Even the defence that the 2nd defendant was acting as a collecting and clearing bank appears untrue when viewed against the fact that in all the cheques involved in the transaction, the payee was not the 1st defendant as one would have thought, if the 2nd defendant’s defence is credible but the 2nd defendant itself.  Is it not generally accepted that payments through clearing banks are not made to the banks themselves?  Given those facts, it cannot surely be correct or even true that the 2nd defendant only acted as a collecting and clearing bank.  The fact of the matter is that the 2nd defendant received all the moneys, the subject of this suit.  Accordingly, when the 2nd defendant claims, in the face of clear evidence that it was never paid any money by the plaintiff and that it is a stranger to the transactions between the plaintiff and the 1st defendant, there can be no doubt that the 2nd defendant is not stating the truth.  In my view, there is the clearest evidence that the money in question was paid to the 2nd defendant.  Indeed there is no way it could have reached the 1st defendant without the 2nd defendant in turn paying it over to the 1st defendant.  Given all that, the question that obviously begs an answer in the circumstances of this matter is, if the 2nd defendant was not a party to the transaction, how come that it, in turn, decided to transfer the moneys to the 1st defendant.   The answer to the question is clear; the 2nd defendant’s denial of receipt of the money is not only baseless but also a shameless attempt to mislead this court. ......For that reason, it is baseless for the defendants to contend that the framing of the claims in the alternative was caused by the plaintiff’s uncertainly as to the validity of the reliefs it sought. On the contrary, the plaint clearly demonstrates that the plaintiff knew what he wanted and clearly went for it.......I wish to repeat that the claim by the 2nd defendant that its involvement in the transaction was only as a collecting and clearing bank, has no basis in fact; as observed above, it was the payee of the cheques that comprised the sum of Shs.72,900,000/= clearly therefore, the 2nd defendant was not a clearing bank for the 1st defendant in the transaction.  If it was, the cheques in question would have been made in favour of the 1st defendant......The 2nd defendant’s defence is clearly a sham.
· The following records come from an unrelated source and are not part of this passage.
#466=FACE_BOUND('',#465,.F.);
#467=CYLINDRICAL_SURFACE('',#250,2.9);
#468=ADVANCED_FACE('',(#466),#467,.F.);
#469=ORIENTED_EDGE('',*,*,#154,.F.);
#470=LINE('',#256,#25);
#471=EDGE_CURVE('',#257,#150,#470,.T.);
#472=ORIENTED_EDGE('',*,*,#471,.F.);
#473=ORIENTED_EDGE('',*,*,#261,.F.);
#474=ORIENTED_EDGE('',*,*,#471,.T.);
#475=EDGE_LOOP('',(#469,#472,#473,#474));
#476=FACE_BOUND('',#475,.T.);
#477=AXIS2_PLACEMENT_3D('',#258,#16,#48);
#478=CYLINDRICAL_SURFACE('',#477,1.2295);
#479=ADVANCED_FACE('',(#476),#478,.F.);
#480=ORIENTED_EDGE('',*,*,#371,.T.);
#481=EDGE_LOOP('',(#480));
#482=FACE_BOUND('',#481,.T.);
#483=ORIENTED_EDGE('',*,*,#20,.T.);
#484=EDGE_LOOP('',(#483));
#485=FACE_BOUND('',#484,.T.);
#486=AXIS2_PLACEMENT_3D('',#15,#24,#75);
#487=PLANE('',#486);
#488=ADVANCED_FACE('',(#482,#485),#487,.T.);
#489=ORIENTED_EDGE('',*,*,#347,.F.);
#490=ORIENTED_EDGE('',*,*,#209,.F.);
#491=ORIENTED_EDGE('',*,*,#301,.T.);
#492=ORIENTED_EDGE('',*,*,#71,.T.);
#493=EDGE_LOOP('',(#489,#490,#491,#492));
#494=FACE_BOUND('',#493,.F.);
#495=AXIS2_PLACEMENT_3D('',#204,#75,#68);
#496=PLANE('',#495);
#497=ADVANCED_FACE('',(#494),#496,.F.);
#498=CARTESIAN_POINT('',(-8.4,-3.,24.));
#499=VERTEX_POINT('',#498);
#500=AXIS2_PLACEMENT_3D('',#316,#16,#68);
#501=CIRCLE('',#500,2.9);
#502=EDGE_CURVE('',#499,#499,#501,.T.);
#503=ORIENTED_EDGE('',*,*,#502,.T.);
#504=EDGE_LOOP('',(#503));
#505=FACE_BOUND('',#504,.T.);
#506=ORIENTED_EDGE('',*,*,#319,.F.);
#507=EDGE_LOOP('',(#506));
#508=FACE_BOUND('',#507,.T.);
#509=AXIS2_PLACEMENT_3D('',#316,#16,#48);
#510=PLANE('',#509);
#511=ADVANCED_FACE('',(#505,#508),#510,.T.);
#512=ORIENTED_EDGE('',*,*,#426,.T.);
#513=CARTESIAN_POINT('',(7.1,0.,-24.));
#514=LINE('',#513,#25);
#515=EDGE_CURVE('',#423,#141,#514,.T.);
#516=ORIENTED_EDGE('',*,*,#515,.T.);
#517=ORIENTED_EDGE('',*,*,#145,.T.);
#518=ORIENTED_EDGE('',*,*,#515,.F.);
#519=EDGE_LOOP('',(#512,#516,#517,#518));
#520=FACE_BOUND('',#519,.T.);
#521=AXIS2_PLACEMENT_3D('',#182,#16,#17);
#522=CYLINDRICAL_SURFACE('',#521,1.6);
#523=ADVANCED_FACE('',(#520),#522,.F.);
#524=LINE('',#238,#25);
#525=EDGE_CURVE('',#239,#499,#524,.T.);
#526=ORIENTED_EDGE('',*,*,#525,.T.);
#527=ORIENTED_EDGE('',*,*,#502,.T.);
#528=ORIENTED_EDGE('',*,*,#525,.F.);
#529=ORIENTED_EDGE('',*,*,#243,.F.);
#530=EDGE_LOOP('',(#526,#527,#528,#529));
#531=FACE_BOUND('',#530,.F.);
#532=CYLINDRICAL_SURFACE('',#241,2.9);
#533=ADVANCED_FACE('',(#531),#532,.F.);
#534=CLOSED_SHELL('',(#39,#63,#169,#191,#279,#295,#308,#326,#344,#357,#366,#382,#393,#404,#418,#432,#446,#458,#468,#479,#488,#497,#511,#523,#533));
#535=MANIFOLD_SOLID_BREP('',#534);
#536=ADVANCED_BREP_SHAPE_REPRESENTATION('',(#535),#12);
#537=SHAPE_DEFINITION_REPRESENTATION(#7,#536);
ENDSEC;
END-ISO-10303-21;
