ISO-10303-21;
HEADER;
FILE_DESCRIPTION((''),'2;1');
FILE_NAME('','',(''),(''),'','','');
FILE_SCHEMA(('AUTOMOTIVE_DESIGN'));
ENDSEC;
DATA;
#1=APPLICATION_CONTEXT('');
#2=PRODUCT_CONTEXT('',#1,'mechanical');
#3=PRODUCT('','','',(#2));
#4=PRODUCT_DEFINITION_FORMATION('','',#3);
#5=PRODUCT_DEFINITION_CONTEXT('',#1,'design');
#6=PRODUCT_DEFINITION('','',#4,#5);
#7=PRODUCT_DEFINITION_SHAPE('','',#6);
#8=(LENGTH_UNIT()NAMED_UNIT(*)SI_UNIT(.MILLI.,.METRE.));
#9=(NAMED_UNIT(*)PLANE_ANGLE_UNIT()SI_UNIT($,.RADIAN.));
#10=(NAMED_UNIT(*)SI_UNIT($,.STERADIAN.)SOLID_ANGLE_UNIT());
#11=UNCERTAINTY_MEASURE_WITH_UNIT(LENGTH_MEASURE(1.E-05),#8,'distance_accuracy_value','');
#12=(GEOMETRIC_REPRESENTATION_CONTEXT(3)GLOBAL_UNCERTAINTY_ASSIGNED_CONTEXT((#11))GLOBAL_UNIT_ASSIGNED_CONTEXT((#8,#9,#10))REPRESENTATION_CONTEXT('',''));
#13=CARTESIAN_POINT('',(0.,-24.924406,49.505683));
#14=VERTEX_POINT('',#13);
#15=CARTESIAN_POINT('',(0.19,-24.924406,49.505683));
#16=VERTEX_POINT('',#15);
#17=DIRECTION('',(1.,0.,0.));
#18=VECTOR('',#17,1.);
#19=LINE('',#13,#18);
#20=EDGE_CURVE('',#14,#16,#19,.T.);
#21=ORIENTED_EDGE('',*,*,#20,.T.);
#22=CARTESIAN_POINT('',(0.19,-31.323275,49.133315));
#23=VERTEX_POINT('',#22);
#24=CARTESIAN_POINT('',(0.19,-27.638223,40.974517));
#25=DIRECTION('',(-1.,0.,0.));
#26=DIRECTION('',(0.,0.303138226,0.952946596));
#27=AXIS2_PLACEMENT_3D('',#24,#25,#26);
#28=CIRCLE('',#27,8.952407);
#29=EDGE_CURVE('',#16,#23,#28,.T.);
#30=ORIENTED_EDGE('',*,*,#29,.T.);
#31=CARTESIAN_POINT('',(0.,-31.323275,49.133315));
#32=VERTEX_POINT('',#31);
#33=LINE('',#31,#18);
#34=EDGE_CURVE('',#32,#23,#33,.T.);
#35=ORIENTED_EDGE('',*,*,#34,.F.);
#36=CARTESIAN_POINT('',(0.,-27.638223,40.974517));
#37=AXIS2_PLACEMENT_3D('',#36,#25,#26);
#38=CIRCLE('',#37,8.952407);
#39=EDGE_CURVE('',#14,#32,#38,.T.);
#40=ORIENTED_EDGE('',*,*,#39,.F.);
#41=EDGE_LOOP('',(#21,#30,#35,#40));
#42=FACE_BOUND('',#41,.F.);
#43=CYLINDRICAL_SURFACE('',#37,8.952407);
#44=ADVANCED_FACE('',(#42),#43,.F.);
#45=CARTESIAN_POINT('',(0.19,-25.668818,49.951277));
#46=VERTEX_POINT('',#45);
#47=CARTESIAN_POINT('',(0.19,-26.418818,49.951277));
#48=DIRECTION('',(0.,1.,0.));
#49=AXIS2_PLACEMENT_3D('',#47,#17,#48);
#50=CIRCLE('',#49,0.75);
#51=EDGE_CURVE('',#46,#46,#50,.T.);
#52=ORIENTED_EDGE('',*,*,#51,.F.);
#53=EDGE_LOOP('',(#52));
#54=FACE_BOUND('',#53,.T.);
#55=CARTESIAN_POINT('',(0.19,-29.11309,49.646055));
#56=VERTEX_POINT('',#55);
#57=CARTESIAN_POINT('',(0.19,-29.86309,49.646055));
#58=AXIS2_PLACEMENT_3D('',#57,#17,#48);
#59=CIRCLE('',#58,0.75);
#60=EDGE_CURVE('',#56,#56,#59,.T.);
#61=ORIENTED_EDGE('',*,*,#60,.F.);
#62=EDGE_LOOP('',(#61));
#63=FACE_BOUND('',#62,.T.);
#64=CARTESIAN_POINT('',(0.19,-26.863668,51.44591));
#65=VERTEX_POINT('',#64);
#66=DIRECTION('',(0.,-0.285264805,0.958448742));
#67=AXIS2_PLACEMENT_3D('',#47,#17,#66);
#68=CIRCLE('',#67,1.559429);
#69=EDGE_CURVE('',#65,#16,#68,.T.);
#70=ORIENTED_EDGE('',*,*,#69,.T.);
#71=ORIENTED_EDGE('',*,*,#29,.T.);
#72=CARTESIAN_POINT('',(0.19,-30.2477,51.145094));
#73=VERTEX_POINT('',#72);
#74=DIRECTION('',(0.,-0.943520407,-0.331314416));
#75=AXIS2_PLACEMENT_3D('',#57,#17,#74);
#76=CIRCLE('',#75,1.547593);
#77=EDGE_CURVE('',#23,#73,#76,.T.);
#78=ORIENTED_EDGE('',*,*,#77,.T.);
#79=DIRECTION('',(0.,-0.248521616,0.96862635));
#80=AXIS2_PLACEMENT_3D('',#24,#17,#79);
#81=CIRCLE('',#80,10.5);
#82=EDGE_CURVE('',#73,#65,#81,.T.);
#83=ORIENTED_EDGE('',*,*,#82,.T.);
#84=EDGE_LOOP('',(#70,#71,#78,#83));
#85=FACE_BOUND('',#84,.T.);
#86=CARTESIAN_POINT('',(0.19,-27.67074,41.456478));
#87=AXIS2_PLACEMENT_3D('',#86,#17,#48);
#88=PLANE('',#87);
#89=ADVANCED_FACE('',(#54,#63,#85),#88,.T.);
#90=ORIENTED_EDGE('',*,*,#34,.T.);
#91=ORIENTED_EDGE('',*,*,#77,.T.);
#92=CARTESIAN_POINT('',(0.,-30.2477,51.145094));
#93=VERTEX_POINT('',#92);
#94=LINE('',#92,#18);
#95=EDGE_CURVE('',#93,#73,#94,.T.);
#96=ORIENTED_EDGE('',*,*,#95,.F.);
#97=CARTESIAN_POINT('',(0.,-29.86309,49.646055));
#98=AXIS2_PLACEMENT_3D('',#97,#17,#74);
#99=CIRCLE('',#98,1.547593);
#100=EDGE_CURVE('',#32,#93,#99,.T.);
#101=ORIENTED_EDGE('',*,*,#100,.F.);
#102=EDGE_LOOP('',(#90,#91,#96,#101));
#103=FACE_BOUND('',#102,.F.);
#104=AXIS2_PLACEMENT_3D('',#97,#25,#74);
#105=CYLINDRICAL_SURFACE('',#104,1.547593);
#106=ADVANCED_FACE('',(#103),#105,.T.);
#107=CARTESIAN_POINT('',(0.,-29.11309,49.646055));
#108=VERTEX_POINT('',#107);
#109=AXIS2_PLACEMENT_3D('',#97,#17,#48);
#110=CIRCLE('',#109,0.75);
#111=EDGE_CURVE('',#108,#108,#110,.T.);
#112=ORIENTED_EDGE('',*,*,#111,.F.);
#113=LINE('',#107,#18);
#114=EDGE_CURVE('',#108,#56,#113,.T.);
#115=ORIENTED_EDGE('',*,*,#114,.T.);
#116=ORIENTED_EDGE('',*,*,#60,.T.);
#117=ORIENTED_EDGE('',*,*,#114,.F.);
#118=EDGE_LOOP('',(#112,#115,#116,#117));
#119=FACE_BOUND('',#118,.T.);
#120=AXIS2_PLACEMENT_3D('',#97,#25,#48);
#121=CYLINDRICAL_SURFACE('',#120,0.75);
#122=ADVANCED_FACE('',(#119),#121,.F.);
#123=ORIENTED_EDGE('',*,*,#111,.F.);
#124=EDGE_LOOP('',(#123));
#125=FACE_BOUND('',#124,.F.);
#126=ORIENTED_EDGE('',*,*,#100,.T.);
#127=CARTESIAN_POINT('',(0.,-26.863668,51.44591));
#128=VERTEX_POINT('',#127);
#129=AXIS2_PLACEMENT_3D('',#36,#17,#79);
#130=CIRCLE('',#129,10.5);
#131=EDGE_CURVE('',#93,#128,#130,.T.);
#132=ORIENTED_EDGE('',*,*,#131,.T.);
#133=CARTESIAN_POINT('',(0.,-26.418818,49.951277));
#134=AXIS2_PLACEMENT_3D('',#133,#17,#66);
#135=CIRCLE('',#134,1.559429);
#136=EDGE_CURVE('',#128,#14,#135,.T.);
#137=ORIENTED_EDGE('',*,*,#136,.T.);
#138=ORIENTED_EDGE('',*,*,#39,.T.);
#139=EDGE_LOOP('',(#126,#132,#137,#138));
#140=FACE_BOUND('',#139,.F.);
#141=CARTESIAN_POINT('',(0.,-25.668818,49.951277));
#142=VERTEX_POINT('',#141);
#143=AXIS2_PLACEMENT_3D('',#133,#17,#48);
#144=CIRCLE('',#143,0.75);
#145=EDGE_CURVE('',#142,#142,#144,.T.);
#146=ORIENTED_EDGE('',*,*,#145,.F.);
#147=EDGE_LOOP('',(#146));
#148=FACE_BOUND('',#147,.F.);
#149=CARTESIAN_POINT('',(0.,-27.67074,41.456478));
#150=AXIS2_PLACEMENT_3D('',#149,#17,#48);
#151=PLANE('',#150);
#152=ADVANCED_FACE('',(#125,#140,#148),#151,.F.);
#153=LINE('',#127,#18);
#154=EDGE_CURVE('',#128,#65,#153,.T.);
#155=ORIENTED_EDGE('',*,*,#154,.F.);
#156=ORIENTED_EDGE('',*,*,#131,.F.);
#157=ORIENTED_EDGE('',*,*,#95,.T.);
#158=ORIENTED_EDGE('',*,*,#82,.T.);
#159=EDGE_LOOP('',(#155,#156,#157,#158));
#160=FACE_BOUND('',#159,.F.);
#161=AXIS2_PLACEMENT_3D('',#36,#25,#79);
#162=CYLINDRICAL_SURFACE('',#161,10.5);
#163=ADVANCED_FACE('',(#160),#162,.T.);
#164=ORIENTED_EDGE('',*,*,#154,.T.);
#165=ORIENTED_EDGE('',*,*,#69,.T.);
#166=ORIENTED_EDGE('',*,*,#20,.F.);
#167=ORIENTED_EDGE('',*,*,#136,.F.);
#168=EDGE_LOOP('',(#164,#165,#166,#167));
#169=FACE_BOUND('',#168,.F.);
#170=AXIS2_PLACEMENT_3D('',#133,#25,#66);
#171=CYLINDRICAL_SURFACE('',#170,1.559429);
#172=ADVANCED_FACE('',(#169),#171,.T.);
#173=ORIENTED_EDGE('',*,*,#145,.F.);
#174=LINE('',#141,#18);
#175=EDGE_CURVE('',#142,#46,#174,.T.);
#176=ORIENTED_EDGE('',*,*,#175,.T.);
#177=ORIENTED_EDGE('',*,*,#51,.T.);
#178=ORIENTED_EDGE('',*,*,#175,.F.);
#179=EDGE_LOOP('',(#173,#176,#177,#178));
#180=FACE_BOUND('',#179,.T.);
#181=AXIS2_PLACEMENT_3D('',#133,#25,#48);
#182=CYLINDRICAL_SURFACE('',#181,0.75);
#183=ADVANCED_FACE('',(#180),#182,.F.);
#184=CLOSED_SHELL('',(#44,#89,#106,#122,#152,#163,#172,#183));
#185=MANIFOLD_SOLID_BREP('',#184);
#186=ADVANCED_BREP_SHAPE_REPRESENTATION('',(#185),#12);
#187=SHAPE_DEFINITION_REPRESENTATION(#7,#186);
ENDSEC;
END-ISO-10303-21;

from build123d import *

# Parameters (mm, degrees)
F0_R     = 0.75
F1_DEPTH = 0.19


with BuildPart() as f1:
    # F0 (on Right) → F1 (new body)
    with BuildSketch(Plane.YZ):
        with BuildLine():
            ThreePointArc((-31.323275, 49.133315), (-28.498307, 48.916389), (-30.2477, 51.145094))
            ThreePointArc((-30.2477, 51.145094), (-26.708515, 30.515758), (-26.863668, 51.44591))
            ThreePointArc((-26.863668, 51.44591), (-27.521775, 48.848868), (-24.924406, 49.505683))
            ThreePointArc((-24.924406, 49.505683), (-27.118138, 32.03723), (-31.323275, 49.133315))
        make_face()
        with Locations((-29.86309, 49.646055)):
            Circle(F0_R, mode=Mode.SUBTRACT)
        with Locations((-26.418818, 49.951277)):
            Circle(F0_R, mode=Mode.SUBTRACT)
    extrude(amount=F1_DEPTH)


solid = f1.part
9.      The decree ensuing from the ruling shows that the court, after striking out the defences, ordered the appellant and its co-defendant to pay to the respondents Shs.164,804,838/50 together with interest as therein stated.

10.     In the memorandum of appeal, the appellant contended in the 21 grounds of appeal that the decision of the High Court was wrong.  In particular, the appellant contended that the trial Judge erred in law and in fact in finding that one Ketan Somaia was the owner of Dolphin Holdings Ltd and in placing the onus on the appellant to show that it was not acting as a collecting bank, thus, in effect, “shifting the burden of proof in total disregard to the basic general principle of law that he who alleges must prove.”It was also contended that the appellant’s defence raised bona fide triable issues in respect of all the allegations contained in the plaint.  In other grounds of the appeal, the appellant contended that;

(5)The Learned Judge totally misapprehended the law in failing to appreciate that the Defendants were, and still are, separate corporate entities, each competent to sue and be sued in its own name.

(7)      The Learned Judge erred in law and fact in failing to appreciate that the Appellant’s Defence raised bonafide triable issues in respect of all the allegations contained in the Plaint.

(19)    In the result, the Learned Judge totally misdirected himself by finding that the Defendants were jointly and severally liable to the Plaintiff

(20)    In all the circumstances of the case, the findings by the Learned Judge are insupportable in law or on the basis of the evidence adduced.

(21)    In making the findings that he did, and in making the orders appealed against, the Learned Judge did not exercise his discretion judiciously or properly, but rather exercised his discretion on the basis of inarticulate premises.”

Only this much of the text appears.